Structured PDF or Tagged PDF

‘Tagged PDF’ and ‘Structured PDF’ are both terms that describe flavours of PDF that not only allow a digital document to be displayed and/or printed, but also allow meaningful content to be reliably extracted. The details of the two definitions are similar in that they both require (amongst other things) that fonts are embedded, characters are properly encoded, text reading order is preserved and the document’s logical structure is defined.

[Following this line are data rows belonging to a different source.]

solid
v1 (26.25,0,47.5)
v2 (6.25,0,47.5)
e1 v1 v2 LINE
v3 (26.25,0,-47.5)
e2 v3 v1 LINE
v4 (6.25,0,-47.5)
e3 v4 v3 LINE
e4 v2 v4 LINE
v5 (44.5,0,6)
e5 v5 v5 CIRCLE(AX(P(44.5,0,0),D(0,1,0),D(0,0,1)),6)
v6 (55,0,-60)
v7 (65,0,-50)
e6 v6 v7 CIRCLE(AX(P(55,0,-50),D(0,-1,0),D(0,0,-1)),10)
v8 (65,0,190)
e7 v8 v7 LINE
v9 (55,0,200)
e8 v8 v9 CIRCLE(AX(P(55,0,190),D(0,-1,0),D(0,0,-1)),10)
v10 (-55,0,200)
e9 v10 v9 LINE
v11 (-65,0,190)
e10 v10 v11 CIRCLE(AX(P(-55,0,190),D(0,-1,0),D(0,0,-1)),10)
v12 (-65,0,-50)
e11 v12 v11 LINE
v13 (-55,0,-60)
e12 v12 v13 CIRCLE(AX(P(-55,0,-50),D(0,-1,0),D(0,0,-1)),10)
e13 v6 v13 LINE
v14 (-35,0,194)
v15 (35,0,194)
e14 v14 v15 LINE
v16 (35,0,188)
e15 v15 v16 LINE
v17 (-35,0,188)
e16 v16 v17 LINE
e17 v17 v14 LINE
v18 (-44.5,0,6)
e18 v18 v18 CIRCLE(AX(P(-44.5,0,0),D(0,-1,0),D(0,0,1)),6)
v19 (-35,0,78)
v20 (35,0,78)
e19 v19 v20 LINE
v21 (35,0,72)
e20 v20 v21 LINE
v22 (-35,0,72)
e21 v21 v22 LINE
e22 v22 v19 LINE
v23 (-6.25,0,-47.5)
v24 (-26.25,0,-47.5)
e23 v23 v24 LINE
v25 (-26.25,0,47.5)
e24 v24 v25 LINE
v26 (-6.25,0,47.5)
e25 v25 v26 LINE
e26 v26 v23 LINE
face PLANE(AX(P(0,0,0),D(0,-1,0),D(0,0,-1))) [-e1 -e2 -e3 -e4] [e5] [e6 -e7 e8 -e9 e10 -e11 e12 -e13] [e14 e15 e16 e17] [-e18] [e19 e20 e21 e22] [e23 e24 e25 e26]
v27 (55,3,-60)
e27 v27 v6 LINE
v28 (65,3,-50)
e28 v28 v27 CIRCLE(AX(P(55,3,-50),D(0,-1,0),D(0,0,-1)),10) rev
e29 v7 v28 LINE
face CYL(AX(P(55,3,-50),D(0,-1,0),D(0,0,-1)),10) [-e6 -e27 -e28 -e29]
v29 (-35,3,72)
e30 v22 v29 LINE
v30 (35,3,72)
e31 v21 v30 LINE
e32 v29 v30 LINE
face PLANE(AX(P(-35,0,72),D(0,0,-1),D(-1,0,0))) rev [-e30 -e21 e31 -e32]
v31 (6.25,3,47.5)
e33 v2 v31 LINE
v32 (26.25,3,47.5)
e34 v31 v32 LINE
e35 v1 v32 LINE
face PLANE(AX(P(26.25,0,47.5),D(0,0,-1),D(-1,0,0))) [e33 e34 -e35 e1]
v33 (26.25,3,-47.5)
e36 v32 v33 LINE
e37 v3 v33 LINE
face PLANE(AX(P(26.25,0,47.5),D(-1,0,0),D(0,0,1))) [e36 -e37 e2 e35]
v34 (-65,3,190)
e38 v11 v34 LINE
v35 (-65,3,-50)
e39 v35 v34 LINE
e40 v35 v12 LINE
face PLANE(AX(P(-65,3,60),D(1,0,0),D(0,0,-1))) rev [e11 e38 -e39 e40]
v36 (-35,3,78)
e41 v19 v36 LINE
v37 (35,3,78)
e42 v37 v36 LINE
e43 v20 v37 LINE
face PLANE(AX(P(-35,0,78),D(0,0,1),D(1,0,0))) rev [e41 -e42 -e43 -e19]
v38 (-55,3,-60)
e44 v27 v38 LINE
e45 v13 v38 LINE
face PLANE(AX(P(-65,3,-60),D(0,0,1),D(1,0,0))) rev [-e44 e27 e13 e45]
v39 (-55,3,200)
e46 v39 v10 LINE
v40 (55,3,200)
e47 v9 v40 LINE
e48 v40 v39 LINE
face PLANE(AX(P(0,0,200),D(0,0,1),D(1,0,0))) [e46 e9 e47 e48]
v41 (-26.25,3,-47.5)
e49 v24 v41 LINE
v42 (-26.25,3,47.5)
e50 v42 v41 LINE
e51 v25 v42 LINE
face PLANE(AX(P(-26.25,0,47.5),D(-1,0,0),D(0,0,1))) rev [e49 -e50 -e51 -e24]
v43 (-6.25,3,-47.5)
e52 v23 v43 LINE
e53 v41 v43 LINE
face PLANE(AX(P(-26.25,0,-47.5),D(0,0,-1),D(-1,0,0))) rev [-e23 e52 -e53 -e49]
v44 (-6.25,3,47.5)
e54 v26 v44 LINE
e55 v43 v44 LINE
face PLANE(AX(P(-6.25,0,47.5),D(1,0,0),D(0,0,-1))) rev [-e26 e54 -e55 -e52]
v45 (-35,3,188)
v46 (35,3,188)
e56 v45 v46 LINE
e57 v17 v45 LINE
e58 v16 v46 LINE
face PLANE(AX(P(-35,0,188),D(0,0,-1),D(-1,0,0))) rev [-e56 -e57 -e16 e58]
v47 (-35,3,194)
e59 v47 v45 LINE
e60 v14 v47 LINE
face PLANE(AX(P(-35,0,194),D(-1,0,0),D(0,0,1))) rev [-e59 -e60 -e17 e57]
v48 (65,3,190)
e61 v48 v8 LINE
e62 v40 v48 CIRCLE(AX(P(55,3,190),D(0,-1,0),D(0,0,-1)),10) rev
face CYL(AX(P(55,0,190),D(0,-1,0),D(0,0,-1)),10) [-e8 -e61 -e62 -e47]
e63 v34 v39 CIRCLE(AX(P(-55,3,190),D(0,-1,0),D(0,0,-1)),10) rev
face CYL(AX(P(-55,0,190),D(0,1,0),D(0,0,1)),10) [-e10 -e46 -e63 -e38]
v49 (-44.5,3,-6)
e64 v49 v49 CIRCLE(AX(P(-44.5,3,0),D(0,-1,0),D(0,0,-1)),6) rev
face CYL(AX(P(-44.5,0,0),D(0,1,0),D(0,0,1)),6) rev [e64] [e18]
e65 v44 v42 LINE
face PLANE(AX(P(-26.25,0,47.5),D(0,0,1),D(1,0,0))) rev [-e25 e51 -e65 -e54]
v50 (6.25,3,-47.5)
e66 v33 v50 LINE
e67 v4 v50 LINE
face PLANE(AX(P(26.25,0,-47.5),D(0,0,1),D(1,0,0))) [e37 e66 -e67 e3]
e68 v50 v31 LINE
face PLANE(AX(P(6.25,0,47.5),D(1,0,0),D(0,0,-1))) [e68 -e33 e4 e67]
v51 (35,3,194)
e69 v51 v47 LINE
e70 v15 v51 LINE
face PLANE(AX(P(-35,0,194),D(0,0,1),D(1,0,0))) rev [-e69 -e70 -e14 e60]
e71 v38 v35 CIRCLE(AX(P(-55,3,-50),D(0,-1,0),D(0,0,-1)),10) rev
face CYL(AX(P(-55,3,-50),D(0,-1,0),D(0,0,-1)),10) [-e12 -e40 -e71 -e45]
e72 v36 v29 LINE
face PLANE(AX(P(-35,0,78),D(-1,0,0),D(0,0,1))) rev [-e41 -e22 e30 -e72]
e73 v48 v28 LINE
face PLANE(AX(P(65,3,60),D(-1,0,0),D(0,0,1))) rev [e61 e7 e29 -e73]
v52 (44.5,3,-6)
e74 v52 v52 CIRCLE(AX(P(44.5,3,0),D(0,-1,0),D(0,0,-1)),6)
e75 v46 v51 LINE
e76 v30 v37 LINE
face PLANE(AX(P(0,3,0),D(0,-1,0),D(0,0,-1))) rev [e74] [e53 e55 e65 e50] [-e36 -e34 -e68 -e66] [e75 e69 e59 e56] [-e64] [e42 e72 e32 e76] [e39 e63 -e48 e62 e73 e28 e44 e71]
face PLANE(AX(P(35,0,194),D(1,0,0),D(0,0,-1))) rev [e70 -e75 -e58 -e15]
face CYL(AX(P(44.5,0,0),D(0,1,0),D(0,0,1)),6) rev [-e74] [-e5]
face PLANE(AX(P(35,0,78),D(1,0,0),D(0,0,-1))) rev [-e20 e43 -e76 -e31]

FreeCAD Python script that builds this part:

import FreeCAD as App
import Part
import Sketcher
Q = App.Units.Quantity


def edges_at(feature, points):
    """Names of the edges that pass closest to the given points."""
    edges = feature.Shape.Edges
    near = lambda p: min(range(len(edges)), key=lambda i: edges[i].distToShape(Part.Vertex(*p))[0])
    return sorted({f"Edge{near(p) + 1}" for p in points})


def add_polygon(sketch, points):
    """Adds a closed chain of lines whose ends are joined by coincident constraints."""
    first, n = sketch.GeometryCount, len(points)
    for a, b in zip(points, points[1:] + points[:1]):
        sketch.addGeometry(Part.LineSegment(App.Vector(*a, 0), App.Vector(*b, 0)), False)
    for i in range(n):
        sketch.addConstraint(Sketcher.Constraint("Coincident", first + i, 2, first + (i + 1) % n, 1))

doc = App.newDocument("Part")
body = doc.addObject("PartDesign::Body", "Body")

# Sketch on XZ plane
sketch1 = doc.addObject("Sketcher::SketchObject", "Sketch")
body.addObject(sketch1)
sketch1.AttachmentSupport = (doc.XZ_Plane, [""])
sketch1.MapMode = "FlatFace"
add_polygon(sketch1, [(-65, -60), (-65, 60), (65, 60), (65, -60)])  # lines 0-3
sketch1.addConstraint(Sketcher.Constraint("Vertical", 0))
sketch1.addConstraint(Sketcher.Constraint("Horizontal", 1))
sketch1.addConstraint(Sketcher.Constraint("Vertical", 2))
sketch1.addConstraint(Sketcher.Constraint("Horizontal", 3))
sketch1.addConstraint(Sketcher.Constraint("Symmetric", 0, 2, 2, 2, -1, 1))
sketch1.addConstraint(Sketcher.Constraint("DistanceX", 1, 1, 1, 2, Q("130 mm")))
sketch1.addConstraint(Sketcher.Constraint("DistanceY", 0, 1, 0, 2, Q("120 mm")))
pad1 = doc.addObject("PartDesign::Pad", "Pad")
body.addObject(pad1)
pad1.Profile = sketch1
pad1.Length = 3
pad1.Reversed = True

# Sketch on XZ plane
sketch2 = doc.addObject("Sketcher::SketchObject", "Sketch001")
body.addObject(sketch2)
sketch2.AttachmentSupport = (doc.XZ_Plane, [""])
sketch2.MapMode = "FlatFace"
sketch2.AttachmentOffset = App.Placement(App.Vector(0, 0, 1), App.Rotation())
add_polygon(sketch2, [(-26, -48), (-26, 48), (-6, 48), (-6, -48)])  # lines 0-3
sketch2.addConstraint(Sketcher.Constraint("Vertical", 0))
sketch2.addConstraint(Sketcher.Constraint("Horizontal", 1))
sketch2.addConstraint(Sketcher.Constraint("Vertical", 2))
sketch2.addConstraint(Sketcher.Constraint("Horizontal", 3))
sketch2.addConstraint(Sketcher.Constraint("DistanceX", 1, 1, 1, 2, Q("20 mm")))
sketch2.addConstraint(Sketcher.Constraint("DistanceY", 0, 1, 0, 2, Q("95 mm")))
sketch2.addConstraint(Sketcher.Constraint("DistanceY", -1, 1, 0, 2, Q("47.5 mm")))
sketch2.addConstraint(Sketcher.Constraint("DistanceX", 0, 2, -1, 1, Q("26.25 mm")))
pocket1 = doc.addObject("PartDesign::Pocket", "Pocket")
body.addObject(pocket1)
pocket1.Profile = sketch2
pocket1.Length = 5
doc.recompute()

mirrored = doc.addObject("PartDesign::Mirrored", "Mirrored")
body.addObject(mirrored)
mirrored.Originals = [pocket1]
mirrored.MirrorPlane = (doc.YZ_Plane, [""])
body.Tip = mirrored

# Sketch on XZ plane
sketch3 = doc.addObject("Sketcher::SketchObject", "Sketch002")
body.addObject(sketch3)
sketch3.AttachmentSupport = (doc.XZ_Plane, [""])
sketch3.MapMode = "FlatFace"
sketch3.AttachmentOffset = App.Placement(App.Vector(0, 0, 1), App.Rotation())
sketch3.addGeometry(Part.Circle(App.Vector(44, 0, 0), App.Vector(0, 0, 1), 6), False)
sketch3.addConstraint(Sketcher.Constraint("PointOnObject", 0, 3, -1))
sketch3.addConstraint(Sketcher.Constraint("Diameter", 0, Q("12 mm")))
sketch3.addConstraint(Sketcher.Constraint("DistanceX", -1, 1, 0, 3, Q("44.5 mm")))
pocket2 = doc.addObject("PartDesign::Pocket", "Pocket001")
body.addObject(pocket2)
pocket2.Profile = sketch3
pocket2.Length = 5
doc.recompute()

mirrored2 = doc.addObject("PartDesign::Mirrored", "Mirrored001")
body.addObject(mirrored2)
mirrored2.Originals = [pocket2]
mirrored2.MirrorPlane = (doc.YZ_Plane, [""])
body.Tip = mirrored2

# Sketch on XY plane
sketch4 = doc.addObject("Sketcher::SketchObject", "Sketch003")
body.addObject(sketch4)
sketch4.AttachmentSupport = (doc.XY_Plane, [""])
sketch4.MapMode = "FlatFace"
sketch4.AttachmentOffset = App.Placement(App.Vector(0, 0, 60), App.Rotation())
add_polygon(sketch4, [(-65, 3), (-65, 0), (65, 0), (65, 3)])  # lines 0-3
sketch4.addConstraint(Sketcher.Constraint("Vertical", 0))
sketch4.addConstraint(Sketcher.Constraint("Horizontal", 1))
sketch4.addConstraint(Sketcher.Constraint("Vertical", 2))
sketch4.addConstraint(Sketcher.Constraint("Horizontal", 3))
sketch4.addConstraint(Sketcher.Constraint("Symmetric", 0, 2, 1, 2, -1, 1))
sketch4.addConstraint(Sketcher.Constraint("DistanceX", 1, 1, 1, 2, Q("130 mm")))
sketch4.addConstraint(Sketcher.Constraint("DistanceY", 0, 2, 0, 1, Q("3 mm")))
pad2 = doc.addObject("PartDesign::Pad", "Pad001")
body.addObject(pad2)
pad2.Profile = sketch4
pad2.Length = 140

# Sketch on XZ plane
sketch5 = doc.addObject("Sketcher::SketchObject", "Sketch004")
body.addObject(sketch5)
sketch5.AttachmentSupport = (doc.XZ_Plane, [""])
sketch5.MapMode = "FlatFace"
sketch5.AttachmentOffset = App.Placement(App.Vector(0, 0, -3), App.Rotation())
add_polygon(sketch5, [(-35, 72), (-35, 78), (35, 78), (35, 72)])  # lines 0-3
add_polygon(sketch5, [(-35, 188), (-35, 194), (35, 194), (35, 188)])  # lines 4-7
sketch5.addConstraint(Sketcher.Constraint("Vertical", 0))
sketch5.addConstraint(Sketcher.Constraint("Horizontal", 1))
sketch5.addConstraint(Sketcher.Constraint("Vertical", 2))
sketch5.addConstraint(Sketcher.Constraint("Horizontal", 3))
sketch5.addConstraint(Sketcher.Constraint("Vertical", 4))
sketch5.addConstraint(Sketcher.Constraint("Horizontal", 5))
sketch5.addConstraint(Sketcher.Constraint("Vertical", 6))
sketch5.addConstraint(Sketcher.Constraint("Horizontal", 7))
sketch5.addConstraint(Sketcher.Constraint("Vertical", 3, 2, 4, 2))
sketch5.addConstraint(Sketcher.Constraint("Vertical", 2, 2, 5, 2))
sketch5.addConstraint(Sketcher.Constraint("Equal", 2, 4))
sketch5.addConstraint(Sketcher.Constraint("DistanceX", 1, 1, 1, 2, Q("70 mm")))
sketch5.addConstraint(Sketcher.Constraint("DistanceY", 0, 1, 0, 2, Q("6 mm")))
sketch5.addConstraint(Sketcher.Constraint("DistanceX", 0, 2, -1, 1, Q("35 mm")))
sketch5.addConstraint(Sketcher.Constraint("DistanceY", -1, 1, 0, 2, Q("78 mm")))
sketch5.addConstraint(Sketcher.Constraint("DistanceY", -1, 1, 4, 2, Q("194 mm")))
pocket3 = doc.addObject("PartDesign::Pocket", "Pocket002")
body.addObject(pocket3)
pocket3.Profile = sketch5
pocket3.Type = "ThroughAll"
pocket3.Midplane = True
doc.recompute()

fillet = doc.addObject("PartDesign::Fillet", "Fillet")
body.addObject(fillet)
fillet.Base = (pocket3, edges_at(pocket3, [
    (-65, 1.5, 200),
    (65, 1.5, 200),
    (-65, 1.5, -60),
    (65, 1.5, -60),
]))
fillet.Radius = 10

doc.recompute()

Tagged PDF is a formal requirement of the PDF/A (Archiving) and PDF/UA (Universal Accessibility) standards, and is becoming increasingly important. Amongst the applications that require Tagged PDF are:

  • Screen readers for the visually-impaired
  • PDF files that will be archived
  • Reliable text search within PDF files
  • Reflowing of PDF pages on small format devices

Structured PDF is Mimotek’s internal format for segmented document pages. While it is not exactly the same as Tagged PDF, the similarity is striking, and either definition could be used within the Mimotek software. For example, it would be possible to export PDF/A files from Mimotek Structuriser, in which case the Mimotek page segmentation software could be thought of as a post hoc Tagged PDF creation tool for complex documents (such as newspapers).

We shall be keeping an eye on the future developments surrounding Tagged PDF and PDF/A.